The final step in creating a monitor is to add one or more actions. Actions send notifications when trigger conditions are met and support Slack, Amazon Chime, and webhooks.

If you don’t want to receive notifications for alerts, you don’t have to add actions to your triggers. Instead, you can periodically check Kibana.

  1. Specify a name for the action.
  2. Choose a destination.
  3. Add a subject and body for the message.

    You can add variables to your messages using Mustache templates. You have access to ctx.action.name, the name of the current action, as well as all trigger variables.

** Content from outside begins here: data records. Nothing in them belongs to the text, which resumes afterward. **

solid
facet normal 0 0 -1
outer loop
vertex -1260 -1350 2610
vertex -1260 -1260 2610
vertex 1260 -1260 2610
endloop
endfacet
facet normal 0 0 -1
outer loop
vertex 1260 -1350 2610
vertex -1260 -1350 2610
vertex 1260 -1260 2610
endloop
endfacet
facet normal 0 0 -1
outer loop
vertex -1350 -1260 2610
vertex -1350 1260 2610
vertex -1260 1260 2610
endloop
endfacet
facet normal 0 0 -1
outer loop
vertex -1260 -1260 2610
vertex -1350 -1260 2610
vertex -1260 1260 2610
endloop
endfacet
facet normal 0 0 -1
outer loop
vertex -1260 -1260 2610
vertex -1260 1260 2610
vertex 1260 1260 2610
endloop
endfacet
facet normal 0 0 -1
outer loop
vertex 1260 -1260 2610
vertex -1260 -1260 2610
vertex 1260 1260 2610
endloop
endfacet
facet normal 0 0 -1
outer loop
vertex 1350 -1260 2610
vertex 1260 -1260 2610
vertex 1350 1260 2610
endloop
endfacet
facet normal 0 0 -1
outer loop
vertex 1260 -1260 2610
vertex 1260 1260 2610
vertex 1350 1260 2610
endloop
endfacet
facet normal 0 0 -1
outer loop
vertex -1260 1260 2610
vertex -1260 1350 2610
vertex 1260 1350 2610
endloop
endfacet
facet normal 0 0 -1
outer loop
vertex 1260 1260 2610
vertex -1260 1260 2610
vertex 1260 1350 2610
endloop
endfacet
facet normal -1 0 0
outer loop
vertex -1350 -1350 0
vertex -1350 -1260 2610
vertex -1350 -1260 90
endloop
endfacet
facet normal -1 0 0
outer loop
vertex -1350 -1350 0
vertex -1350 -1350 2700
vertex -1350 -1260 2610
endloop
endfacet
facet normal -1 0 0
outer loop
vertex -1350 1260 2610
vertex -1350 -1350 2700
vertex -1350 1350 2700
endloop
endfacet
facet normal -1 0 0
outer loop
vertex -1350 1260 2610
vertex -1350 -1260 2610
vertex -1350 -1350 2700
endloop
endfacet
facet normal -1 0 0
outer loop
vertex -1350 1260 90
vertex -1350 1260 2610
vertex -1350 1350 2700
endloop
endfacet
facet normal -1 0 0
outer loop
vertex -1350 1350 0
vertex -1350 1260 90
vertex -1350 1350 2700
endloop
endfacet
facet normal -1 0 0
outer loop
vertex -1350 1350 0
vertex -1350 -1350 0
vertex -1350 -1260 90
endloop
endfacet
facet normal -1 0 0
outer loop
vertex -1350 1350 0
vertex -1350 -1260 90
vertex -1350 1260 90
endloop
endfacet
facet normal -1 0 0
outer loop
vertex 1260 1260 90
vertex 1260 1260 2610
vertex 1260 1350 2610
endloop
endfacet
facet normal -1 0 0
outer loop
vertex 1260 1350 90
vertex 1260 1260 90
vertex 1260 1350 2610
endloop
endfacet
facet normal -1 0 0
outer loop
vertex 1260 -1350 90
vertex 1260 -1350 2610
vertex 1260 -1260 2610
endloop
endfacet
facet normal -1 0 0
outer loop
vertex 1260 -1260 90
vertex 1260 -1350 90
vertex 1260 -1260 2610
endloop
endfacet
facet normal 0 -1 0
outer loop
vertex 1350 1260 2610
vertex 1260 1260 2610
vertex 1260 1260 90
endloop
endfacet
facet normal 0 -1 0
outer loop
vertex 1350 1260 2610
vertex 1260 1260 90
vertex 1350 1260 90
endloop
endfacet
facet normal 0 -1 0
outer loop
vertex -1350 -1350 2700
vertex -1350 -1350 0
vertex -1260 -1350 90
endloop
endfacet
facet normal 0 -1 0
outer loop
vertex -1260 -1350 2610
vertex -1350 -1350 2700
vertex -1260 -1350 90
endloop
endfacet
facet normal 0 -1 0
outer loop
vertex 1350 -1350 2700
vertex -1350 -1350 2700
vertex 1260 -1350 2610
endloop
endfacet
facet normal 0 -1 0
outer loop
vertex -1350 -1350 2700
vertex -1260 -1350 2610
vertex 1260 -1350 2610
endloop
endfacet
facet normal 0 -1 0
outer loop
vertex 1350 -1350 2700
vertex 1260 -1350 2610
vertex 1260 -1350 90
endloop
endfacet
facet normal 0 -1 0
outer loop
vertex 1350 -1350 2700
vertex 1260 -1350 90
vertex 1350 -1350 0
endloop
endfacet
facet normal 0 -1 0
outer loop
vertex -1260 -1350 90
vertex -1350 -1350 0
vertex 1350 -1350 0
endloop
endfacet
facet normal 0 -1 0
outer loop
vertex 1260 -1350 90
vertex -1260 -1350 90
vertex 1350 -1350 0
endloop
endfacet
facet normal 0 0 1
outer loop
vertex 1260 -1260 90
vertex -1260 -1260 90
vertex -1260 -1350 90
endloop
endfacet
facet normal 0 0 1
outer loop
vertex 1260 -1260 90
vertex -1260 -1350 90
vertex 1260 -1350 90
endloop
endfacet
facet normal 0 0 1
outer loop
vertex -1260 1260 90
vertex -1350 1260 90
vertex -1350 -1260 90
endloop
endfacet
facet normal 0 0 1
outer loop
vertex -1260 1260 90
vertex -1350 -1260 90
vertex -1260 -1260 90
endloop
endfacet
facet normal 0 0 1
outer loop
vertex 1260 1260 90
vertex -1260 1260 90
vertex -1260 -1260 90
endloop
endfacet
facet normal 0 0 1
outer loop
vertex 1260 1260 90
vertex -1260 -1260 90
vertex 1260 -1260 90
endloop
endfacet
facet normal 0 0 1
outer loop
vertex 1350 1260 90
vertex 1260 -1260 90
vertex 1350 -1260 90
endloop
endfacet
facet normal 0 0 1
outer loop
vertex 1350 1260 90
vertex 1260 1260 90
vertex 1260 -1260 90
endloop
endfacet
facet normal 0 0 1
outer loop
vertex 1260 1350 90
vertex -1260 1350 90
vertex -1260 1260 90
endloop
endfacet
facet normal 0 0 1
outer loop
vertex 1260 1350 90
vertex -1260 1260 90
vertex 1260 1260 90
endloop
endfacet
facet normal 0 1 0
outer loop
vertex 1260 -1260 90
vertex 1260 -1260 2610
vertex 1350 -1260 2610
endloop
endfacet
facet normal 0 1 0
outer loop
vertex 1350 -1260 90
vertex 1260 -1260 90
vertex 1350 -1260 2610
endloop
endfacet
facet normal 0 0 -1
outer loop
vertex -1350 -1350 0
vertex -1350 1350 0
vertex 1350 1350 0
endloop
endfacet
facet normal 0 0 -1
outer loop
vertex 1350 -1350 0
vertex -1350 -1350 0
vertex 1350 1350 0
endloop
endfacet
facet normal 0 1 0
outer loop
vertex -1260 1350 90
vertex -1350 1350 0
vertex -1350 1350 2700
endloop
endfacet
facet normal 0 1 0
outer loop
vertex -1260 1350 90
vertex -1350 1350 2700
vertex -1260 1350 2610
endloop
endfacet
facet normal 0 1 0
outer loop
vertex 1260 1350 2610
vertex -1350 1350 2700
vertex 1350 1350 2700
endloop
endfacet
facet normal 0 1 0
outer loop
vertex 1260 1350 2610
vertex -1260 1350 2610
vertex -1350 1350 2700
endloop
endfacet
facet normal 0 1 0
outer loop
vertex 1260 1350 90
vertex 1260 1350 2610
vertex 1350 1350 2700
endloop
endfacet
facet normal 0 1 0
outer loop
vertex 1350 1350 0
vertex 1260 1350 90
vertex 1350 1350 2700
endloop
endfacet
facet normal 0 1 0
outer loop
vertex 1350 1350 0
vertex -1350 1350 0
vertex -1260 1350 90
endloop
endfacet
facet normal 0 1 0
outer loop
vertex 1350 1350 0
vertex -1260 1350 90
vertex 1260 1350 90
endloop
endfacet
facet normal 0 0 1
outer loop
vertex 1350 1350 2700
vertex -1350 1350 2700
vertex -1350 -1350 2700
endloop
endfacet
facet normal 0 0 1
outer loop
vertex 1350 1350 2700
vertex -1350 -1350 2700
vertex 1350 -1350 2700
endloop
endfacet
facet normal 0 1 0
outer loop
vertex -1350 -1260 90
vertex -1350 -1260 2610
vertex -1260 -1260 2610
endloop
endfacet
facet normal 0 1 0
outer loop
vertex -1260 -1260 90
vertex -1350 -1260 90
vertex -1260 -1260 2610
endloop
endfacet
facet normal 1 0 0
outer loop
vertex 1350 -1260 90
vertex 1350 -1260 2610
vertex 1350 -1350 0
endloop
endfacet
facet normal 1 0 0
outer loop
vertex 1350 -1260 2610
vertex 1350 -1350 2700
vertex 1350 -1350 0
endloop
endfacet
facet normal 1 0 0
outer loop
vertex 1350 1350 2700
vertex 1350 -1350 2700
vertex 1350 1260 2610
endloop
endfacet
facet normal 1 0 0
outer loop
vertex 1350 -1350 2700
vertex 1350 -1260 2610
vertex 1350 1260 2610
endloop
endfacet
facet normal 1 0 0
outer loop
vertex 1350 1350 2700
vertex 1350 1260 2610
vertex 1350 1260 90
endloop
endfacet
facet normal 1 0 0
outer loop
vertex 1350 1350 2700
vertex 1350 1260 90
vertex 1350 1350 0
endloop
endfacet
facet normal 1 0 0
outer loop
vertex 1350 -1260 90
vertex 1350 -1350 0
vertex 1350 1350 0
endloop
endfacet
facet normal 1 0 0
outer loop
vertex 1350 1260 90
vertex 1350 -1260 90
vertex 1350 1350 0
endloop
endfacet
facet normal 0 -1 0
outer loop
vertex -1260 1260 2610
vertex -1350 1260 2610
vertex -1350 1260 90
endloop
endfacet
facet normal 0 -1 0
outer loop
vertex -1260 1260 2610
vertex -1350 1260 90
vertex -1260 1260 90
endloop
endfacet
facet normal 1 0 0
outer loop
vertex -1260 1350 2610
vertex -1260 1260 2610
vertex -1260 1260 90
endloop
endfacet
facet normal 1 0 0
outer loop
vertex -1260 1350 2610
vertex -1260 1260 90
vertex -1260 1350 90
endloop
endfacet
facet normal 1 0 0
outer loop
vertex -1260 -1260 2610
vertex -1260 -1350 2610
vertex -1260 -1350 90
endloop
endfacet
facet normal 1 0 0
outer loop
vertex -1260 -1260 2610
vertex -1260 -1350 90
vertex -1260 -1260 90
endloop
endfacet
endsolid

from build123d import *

# Parameters (mm, degrees)
F0_W     = 2700
F0_H     = 2700
F1_DEPTH = 90
F2_W     = 90
F2_H     = 90
F3_DEPTH = 2610
F4_W     = 2700
F4_H     = 2700
F5_DEPTH = 90


with BuildPart() as f1:
    # F0 (on Top) → F1 (new body)
    with BuildSketch(Plane.XY):
        Rectangle(F0_W, F0_H)
    extrude(amount=F1_DEPTH)

    # F2 (on face) → F3 (join)
    with BuildSketch(Plane.XY.offset(90)):
        with Locations((-1305, -1305)):
            Rectangle(F2_W, F2_H)
        with Locations((1305, -1305)):
            Rectangle(F2_W, F2_H)
        with Locations((1305, 1305)):
            Rectangle(F2_W, F2_H)
        with Locations((-1305, 1305)):
            Rectangle(F2_W, F2_H)
    extrude(amount=F3_DEPTH)

    # F4 (on face) → F5 (join)
    with BuildSketch(Plane.XY.offset(2700)):
        Rectangle(F4_W, F4_H)
    extrude(amount=-F5_DEPTH)


solid = f1.part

    If your destination is a custom webhook that expects a particular data format, you might need to include JSON (or even XML) directly in the message body:

    { "text": "Monitor {{ctx.monitor.name}} just entered alert status. Please investigate the issue. - Trigger: {{ctx.trigger.name}} - Severity: {{ctx.trigger.severity}} - Period start: {{ctx.periodStart}} - Period end: {{ctx.periodEnd}}" }
    

    In this case, the message content must conform to the Content-Type header in the custom webhook.

  4. Choose Create.

After an action sends a message, the content of that message has left the purview of the Security plugin. Securing access to the message (e.g. access to the Slack channel) is your responsibility.

Sample message

Monitor {{ctx.monitor.name}} just entered an alert state. Please investigate the issue.
- Trigger: {{ctx.trigger.name}}
- Severity: {{ctx.trigger.severity}}
- Period start: {{ctx.periodStart}}
- Period end: {{ctx.periodEnd}}

If you want to use the ctx.results variable in a message, use {{ctx.results.0}} rather than {{ctx.results[0]}}. This difference is due to how Mustache handles bracket notation.


Work with alerts

Alerts persist until you resolve the root cause and have the following states:

State Description
Active The alert is ongoing and unacknowledged. Alerts remain in this state until you acknowledge them, delete the trigger associated with the alert, or delete the monitor entirely.
Acknowledged Someone has acknowledged the alert, but not fixed the root cause.
Completed The alert is no longer ongoing. Alerts enter this state after the corresponding trigger evaluates to false.
Error An error occurred while executing the trigger—usually the result of a a bad trigger or destination.
Deleted Someone deleted the monitor or trigger associated with this alert while the alert was ongoing.